### Exercise
Find the line containing "#47=CARTESIAN_POINT('',(47.7,0.,0.));" in the records below. Copy exactly that line and each one after it, ending at the line containing "#55=FACE_BOUND('',#54,.T.);", and nothing more.

******

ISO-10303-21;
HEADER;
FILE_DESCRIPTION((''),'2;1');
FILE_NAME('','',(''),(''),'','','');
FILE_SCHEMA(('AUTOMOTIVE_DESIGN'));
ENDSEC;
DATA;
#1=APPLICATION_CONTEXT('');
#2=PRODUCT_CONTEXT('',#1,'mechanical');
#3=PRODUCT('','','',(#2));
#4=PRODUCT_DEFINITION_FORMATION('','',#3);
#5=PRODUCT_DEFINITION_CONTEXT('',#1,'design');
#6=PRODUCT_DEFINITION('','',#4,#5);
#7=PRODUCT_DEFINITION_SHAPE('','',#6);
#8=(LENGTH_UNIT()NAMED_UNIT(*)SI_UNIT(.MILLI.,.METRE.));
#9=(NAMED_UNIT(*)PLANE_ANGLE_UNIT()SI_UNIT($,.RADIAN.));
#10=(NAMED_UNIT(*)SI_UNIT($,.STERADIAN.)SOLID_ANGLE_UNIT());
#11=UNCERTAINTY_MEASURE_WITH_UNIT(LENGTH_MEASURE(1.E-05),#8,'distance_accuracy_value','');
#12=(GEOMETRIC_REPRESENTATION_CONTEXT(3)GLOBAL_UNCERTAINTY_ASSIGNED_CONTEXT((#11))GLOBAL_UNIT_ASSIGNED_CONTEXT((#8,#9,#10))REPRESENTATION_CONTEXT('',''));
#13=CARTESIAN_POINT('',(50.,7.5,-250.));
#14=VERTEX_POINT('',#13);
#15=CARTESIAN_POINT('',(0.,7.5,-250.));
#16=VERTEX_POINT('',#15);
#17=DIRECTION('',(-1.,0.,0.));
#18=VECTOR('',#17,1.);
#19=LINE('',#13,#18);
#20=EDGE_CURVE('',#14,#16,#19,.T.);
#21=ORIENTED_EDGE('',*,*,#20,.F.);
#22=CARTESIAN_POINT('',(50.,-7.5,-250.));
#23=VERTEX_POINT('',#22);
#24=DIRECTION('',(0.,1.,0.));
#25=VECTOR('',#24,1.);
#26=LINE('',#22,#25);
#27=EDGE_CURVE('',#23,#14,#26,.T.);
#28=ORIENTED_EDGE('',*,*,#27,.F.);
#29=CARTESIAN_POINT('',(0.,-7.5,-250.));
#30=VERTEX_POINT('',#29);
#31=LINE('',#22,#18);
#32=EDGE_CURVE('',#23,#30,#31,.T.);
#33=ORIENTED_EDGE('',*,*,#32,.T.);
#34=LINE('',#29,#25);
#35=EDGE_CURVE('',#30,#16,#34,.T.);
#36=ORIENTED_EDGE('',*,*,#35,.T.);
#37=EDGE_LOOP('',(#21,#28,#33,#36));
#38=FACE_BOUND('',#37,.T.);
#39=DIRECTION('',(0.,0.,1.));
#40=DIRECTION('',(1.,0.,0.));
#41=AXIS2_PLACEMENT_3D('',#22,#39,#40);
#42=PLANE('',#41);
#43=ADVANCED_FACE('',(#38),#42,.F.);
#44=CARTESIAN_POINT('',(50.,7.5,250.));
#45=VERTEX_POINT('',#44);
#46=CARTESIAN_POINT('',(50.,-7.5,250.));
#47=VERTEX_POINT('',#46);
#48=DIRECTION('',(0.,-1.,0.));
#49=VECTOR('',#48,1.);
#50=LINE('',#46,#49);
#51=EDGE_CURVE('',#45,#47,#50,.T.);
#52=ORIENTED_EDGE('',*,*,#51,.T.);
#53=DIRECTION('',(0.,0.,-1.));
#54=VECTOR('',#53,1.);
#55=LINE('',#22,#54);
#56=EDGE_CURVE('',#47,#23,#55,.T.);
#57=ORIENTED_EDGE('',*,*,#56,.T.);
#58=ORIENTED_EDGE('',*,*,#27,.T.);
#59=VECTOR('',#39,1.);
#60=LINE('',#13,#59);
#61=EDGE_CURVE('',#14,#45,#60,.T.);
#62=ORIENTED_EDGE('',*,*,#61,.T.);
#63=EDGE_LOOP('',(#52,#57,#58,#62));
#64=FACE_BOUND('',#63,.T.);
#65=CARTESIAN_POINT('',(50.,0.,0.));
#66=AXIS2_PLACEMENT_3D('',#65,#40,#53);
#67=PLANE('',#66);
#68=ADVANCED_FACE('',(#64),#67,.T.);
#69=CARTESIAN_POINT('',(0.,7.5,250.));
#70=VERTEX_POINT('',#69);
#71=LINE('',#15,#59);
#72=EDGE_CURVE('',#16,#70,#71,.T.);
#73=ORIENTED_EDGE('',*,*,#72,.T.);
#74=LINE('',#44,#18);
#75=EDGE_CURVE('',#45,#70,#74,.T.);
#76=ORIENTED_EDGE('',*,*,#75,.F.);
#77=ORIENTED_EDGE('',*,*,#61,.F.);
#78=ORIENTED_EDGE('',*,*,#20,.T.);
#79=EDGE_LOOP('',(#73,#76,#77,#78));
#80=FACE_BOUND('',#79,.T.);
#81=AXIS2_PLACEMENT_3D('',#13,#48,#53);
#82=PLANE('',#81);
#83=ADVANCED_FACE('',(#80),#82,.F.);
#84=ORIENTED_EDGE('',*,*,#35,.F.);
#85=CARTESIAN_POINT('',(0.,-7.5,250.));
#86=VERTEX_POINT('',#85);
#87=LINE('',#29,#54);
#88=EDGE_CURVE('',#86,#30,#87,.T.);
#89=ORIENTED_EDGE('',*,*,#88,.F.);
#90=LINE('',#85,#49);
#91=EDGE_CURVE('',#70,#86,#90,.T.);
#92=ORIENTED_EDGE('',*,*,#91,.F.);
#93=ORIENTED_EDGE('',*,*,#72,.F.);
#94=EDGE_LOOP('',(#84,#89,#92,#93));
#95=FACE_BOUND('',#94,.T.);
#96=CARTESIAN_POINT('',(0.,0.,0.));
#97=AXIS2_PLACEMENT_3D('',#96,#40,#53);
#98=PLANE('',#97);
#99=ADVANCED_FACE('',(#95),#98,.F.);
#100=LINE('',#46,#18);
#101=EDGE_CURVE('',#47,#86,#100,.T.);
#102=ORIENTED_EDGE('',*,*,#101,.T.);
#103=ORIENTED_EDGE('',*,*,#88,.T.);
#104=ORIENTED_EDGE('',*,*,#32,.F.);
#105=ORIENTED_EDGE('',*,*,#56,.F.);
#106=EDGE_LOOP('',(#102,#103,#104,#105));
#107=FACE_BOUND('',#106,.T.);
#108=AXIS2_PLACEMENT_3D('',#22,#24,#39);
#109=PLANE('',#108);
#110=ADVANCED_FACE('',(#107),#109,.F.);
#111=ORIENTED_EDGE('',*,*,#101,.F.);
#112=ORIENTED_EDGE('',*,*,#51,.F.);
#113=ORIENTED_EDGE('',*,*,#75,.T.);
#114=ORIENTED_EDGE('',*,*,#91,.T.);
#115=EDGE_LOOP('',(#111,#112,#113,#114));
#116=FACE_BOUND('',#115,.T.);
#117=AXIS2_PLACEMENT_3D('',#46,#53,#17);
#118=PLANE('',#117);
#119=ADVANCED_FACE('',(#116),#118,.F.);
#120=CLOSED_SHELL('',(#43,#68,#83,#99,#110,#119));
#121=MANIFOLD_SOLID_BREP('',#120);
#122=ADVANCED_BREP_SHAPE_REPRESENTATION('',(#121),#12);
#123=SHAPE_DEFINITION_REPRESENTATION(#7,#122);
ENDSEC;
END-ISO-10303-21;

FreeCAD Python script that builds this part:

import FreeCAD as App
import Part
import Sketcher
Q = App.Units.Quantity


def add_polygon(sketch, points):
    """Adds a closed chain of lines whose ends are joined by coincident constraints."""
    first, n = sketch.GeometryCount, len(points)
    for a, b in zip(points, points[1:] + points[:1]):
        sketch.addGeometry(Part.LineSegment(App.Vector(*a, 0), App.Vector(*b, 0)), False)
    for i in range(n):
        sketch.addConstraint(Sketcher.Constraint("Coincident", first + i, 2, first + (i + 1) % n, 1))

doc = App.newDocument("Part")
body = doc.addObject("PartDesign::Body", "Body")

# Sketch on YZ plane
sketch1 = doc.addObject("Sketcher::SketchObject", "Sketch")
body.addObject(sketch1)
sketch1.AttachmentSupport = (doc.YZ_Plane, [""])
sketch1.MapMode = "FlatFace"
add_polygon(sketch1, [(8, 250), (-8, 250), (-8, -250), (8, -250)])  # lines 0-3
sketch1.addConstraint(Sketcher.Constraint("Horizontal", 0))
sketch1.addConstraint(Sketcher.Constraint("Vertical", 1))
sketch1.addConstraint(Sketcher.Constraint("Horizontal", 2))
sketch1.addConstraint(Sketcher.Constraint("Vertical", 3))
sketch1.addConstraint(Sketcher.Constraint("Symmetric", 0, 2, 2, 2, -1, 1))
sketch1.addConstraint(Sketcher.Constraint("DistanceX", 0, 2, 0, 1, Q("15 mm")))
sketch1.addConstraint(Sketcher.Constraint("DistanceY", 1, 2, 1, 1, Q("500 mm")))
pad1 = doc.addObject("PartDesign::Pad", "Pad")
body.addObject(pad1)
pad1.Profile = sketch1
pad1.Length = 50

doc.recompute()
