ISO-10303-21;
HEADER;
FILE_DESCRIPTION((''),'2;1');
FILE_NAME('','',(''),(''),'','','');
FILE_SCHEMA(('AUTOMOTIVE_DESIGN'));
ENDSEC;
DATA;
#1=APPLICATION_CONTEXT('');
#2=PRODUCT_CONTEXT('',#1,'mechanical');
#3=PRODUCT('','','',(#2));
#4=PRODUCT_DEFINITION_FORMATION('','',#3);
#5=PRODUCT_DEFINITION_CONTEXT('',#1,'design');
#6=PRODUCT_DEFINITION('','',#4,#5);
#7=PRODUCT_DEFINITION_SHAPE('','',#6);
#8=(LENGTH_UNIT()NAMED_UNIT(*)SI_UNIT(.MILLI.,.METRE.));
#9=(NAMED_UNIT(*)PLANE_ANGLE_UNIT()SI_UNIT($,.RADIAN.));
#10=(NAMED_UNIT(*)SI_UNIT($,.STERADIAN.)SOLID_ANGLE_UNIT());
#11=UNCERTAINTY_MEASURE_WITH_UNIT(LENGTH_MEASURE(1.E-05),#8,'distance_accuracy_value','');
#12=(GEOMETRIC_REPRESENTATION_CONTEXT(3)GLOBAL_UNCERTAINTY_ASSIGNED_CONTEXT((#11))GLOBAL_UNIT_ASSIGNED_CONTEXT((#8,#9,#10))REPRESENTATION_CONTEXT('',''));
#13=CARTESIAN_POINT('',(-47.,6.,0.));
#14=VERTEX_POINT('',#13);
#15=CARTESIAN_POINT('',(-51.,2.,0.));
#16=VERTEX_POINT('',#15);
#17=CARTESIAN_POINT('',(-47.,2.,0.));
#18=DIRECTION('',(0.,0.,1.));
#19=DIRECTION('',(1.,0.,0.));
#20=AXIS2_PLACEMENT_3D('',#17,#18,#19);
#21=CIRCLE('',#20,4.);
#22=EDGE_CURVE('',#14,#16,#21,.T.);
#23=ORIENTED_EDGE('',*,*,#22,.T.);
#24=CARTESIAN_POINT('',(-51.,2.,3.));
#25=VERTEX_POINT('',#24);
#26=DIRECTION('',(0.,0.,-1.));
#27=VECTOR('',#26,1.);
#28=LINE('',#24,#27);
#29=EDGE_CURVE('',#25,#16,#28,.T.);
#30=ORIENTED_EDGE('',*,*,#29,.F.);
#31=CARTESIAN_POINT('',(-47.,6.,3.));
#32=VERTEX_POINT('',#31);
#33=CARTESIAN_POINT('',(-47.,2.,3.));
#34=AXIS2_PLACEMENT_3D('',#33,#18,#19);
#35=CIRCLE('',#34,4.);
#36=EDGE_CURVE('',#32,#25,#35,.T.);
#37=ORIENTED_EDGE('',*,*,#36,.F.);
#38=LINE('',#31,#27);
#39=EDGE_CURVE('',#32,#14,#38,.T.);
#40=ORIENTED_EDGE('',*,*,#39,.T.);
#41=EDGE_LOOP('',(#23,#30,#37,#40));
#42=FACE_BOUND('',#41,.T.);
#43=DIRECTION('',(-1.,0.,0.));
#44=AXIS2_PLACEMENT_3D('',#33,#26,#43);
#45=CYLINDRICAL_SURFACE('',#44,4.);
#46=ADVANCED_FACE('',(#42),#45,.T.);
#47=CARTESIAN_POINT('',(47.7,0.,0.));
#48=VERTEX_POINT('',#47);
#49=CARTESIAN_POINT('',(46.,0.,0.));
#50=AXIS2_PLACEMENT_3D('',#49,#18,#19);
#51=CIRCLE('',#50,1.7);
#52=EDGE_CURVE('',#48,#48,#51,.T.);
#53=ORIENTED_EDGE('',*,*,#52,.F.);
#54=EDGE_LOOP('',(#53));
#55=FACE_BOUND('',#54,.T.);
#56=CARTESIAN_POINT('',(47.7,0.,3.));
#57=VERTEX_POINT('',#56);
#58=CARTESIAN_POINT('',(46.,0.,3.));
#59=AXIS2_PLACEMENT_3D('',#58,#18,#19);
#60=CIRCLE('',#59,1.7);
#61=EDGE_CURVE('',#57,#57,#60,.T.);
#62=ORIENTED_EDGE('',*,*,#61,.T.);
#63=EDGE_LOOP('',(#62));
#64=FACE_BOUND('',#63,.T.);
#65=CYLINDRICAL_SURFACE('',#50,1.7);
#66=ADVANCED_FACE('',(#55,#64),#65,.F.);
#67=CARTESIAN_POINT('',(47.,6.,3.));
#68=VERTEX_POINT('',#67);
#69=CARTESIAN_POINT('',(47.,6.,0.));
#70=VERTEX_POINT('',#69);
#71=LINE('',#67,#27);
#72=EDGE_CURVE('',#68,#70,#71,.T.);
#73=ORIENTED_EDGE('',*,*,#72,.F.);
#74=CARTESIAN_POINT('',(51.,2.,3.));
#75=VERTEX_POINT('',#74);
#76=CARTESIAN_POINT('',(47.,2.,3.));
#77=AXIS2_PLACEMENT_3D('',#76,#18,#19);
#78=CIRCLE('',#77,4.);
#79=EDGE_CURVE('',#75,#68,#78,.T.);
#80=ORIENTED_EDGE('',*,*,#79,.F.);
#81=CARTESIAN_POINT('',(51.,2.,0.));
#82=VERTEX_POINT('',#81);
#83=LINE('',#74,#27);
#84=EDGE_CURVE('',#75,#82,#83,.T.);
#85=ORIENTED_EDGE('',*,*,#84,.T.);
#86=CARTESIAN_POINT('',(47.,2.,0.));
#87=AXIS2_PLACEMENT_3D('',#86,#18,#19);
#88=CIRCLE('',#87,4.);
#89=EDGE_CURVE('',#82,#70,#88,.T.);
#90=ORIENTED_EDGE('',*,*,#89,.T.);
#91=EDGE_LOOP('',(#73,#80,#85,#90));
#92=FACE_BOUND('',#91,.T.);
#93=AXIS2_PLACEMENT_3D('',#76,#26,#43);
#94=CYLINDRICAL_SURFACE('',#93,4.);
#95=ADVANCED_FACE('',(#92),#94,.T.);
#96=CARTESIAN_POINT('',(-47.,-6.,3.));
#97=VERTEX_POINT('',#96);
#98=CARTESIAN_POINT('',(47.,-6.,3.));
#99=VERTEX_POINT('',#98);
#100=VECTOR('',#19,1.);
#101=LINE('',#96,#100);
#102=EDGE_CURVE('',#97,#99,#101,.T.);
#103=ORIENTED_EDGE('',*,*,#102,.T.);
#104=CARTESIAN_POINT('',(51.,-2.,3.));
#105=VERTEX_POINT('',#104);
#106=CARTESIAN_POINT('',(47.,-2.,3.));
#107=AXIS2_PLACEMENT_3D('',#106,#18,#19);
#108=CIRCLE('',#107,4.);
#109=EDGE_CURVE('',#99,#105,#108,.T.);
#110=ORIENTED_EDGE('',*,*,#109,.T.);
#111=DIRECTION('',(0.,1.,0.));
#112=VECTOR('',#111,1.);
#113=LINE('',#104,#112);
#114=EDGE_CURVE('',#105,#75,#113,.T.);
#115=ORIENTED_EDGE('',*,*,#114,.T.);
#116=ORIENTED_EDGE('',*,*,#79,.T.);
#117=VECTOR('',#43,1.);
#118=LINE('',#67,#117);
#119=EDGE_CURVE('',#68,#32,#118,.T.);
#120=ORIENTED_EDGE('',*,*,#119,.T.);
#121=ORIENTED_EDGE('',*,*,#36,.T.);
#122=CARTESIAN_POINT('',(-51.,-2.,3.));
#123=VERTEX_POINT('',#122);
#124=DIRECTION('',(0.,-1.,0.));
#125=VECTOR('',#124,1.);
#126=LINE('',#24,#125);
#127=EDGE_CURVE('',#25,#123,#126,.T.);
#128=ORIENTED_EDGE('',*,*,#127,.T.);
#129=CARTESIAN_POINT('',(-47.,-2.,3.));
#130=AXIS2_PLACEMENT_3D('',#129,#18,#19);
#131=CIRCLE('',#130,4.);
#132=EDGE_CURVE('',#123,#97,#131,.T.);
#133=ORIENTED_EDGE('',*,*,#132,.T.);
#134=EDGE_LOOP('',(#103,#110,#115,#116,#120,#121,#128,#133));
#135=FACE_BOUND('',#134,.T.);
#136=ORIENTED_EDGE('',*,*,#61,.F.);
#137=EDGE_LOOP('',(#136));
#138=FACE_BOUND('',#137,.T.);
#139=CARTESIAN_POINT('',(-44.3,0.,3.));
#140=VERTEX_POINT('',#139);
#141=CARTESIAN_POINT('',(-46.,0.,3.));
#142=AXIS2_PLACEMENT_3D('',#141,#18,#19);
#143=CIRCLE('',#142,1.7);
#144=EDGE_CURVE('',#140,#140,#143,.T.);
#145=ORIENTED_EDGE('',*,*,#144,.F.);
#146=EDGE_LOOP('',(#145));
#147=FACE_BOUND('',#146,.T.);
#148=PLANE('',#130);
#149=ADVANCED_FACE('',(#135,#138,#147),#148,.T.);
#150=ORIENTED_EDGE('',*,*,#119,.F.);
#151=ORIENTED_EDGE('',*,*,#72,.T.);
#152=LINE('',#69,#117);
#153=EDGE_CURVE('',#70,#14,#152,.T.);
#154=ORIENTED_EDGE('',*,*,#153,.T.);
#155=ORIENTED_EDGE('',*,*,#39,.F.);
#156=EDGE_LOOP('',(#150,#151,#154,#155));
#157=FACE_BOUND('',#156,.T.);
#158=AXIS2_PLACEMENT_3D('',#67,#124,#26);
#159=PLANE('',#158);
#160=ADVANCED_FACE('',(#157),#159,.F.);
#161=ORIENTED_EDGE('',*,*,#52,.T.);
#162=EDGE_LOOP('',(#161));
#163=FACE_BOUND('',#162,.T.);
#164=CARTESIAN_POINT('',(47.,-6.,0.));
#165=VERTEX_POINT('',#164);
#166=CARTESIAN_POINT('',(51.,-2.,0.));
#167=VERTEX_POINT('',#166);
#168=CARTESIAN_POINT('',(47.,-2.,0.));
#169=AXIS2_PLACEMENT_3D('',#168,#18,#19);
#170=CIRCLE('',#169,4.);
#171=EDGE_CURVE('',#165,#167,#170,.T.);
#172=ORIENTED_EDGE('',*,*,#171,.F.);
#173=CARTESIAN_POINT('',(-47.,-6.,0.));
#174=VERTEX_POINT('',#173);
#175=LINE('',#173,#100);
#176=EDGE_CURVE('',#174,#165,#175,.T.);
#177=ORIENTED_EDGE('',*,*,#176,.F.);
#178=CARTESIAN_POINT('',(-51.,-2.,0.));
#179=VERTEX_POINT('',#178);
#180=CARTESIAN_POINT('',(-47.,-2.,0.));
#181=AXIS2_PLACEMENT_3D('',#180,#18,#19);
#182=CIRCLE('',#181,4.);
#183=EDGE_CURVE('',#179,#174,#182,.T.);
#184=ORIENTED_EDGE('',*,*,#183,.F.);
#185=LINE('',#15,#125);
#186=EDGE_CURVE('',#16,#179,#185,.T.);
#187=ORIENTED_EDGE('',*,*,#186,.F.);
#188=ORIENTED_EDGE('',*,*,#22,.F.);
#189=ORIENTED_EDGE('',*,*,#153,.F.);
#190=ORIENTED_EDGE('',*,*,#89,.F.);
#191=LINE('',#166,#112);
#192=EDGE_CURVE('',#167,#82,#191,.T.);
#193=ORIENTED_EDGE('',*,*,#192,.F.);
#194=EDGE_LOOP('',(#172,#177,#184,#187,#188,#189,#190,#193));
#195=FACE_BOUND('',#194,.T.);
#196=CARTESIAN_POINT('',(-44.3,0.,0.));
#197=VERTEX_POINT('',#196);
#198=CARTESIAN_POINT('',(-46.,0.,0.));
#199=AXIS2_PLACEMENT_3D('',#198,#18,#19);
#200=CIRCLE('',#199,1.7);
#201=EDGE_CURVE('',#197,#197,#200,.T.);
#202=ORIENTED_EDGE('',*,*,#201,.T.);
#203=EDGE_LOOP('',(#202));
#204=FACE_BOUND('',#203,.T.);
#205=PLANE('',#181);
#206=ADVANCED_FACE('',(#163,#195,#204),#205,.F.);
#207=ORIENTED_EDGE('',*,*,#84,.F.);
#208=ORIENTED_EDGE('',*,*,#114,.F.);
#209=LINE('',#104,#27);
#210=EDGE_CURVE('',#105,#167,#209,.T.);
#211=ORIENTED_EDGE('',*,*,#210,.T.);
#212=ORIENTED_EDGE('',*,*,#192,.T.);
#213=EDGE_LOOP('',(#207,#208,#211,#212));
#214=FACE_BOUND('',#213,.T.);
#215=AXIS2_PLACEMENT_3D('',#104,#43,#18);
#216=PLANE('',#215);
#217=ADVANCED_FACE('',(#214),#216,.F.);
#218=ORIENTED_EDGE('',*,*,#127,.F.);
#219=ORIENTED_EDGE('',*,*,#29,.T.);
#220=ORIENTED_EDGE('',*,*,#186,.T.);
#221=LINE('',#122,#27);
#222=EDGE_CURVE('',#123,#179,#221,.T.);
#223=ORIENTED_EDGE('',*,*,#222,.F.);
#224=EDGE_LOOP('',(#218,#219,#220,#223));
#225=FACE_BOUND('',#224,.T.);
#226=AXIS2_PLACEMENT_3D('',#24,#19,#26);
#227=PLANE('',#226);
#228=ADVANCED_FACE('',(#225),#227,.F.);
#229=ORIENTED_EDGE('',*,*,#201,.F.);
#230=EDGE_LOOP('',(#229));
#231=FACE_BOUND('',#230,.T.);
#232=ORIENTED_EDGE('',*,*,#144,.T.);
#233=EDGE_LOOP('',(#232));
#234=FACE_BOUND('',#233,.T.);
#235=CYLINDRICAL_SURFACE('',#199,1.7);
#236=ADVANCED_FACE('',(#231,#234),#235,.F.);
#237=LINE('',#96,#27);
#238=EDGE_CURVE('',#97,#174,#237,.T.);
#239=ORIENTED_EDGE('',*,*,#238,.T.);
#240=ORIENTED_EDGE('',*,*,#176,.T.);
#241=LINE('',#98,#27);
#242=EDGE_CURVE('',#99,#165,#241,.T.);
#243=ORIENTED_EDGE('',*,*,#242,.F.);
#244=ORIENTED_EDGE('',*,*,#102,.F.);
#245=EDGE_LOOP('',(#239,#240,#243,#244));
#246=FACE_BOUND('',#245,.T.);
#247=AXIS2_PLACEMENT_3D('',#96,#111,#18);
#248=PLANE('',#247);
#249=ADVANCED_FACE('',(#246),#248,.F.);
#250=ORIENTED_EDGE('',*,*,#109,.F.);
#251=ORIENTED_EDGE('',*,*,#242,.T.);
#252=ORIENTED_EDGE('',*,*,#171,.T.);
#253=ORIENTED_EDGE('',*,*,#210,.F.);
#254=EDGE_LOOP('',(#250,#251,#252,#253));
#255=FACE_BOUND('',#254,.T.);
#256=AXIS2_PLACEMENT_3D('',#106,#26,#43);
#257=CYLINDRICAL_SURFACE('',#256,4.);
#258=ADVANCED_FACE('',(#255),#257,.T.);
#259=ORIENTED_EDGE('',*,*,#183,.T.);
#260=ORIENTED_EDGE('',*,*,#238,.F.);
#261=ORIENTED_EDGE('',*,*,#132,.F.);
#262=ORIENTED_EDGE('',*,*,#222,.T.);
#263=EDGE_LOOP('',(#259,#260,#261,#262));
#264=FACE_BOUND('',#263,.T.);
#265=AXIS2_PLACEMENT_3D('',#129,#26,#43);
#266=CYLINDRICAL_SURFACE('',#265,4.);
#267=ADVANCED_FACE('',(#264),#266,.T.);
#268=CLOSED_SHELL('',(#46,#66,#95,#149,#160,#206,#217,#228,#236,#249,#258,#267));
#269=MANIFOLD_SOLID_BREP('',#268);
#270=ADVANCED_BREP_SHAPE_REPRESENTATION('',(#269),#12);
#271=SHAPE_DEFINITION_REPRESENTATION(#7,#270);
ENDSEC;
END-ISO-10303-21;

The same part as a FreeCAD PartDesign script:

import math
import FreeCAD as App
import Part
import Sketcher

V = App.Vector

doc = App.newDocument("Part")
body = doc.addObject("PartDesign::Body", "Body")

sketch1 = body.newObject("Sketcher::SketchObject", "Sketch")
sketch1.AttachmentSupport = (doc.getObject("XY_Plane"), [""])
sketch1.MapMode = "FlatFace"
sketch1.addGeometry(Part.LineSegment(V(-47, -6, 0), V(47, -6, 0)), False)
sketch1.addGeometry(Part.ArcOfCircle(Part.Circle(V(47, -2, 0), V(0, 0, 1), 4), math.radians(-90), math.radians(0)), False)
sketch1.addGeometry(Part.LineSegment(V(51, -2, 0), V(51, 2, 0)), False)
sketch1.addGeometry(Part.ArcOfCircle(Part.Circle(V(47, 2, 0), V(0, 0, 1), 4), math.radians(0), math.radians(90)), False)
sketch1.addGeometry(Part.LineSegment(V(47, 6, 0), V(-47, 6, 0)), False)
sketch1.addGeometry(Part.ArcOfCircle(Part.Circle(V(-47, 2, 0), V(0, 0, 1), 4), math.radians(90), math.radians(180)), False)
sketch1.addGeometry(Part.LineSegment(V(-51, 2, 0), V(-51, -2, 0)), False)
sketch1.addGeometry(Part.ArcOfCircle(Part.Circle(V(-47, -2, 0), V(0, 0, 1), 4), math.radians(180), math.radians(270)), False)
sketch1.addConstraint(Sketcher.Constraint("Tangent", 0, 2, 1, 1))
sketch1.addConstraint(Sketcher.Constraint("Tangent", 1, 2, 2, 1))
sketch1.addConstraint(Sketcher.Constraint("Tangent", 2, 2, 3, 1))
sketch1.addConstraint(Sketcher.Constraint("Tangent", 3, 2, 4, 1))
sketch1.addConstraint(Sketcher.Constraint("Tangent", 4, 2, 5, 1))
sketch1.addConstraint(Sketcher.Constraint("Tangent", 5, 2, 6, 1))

******

### Task solution
#47=CARTESIAN_POINT('',(47.7,0.,0.));
#48=VERTEX_POINT('',#47);
#49=CARTESIAN_POINT('',(46.,0.,0.));
#50=AXIS2_PLACEMENT_3D('',#49,#18,#19);
#51=CIRCLE('',#50,1.7);
#52=EDGE_CURVE('',#48,#48,#51,.T.);
#53=ORIENTED_EDGE('',*,*,#52,.F.);
#54=EDGE_LOOP('',(#53));
#55=FACE_BOUND('',#54,.T.);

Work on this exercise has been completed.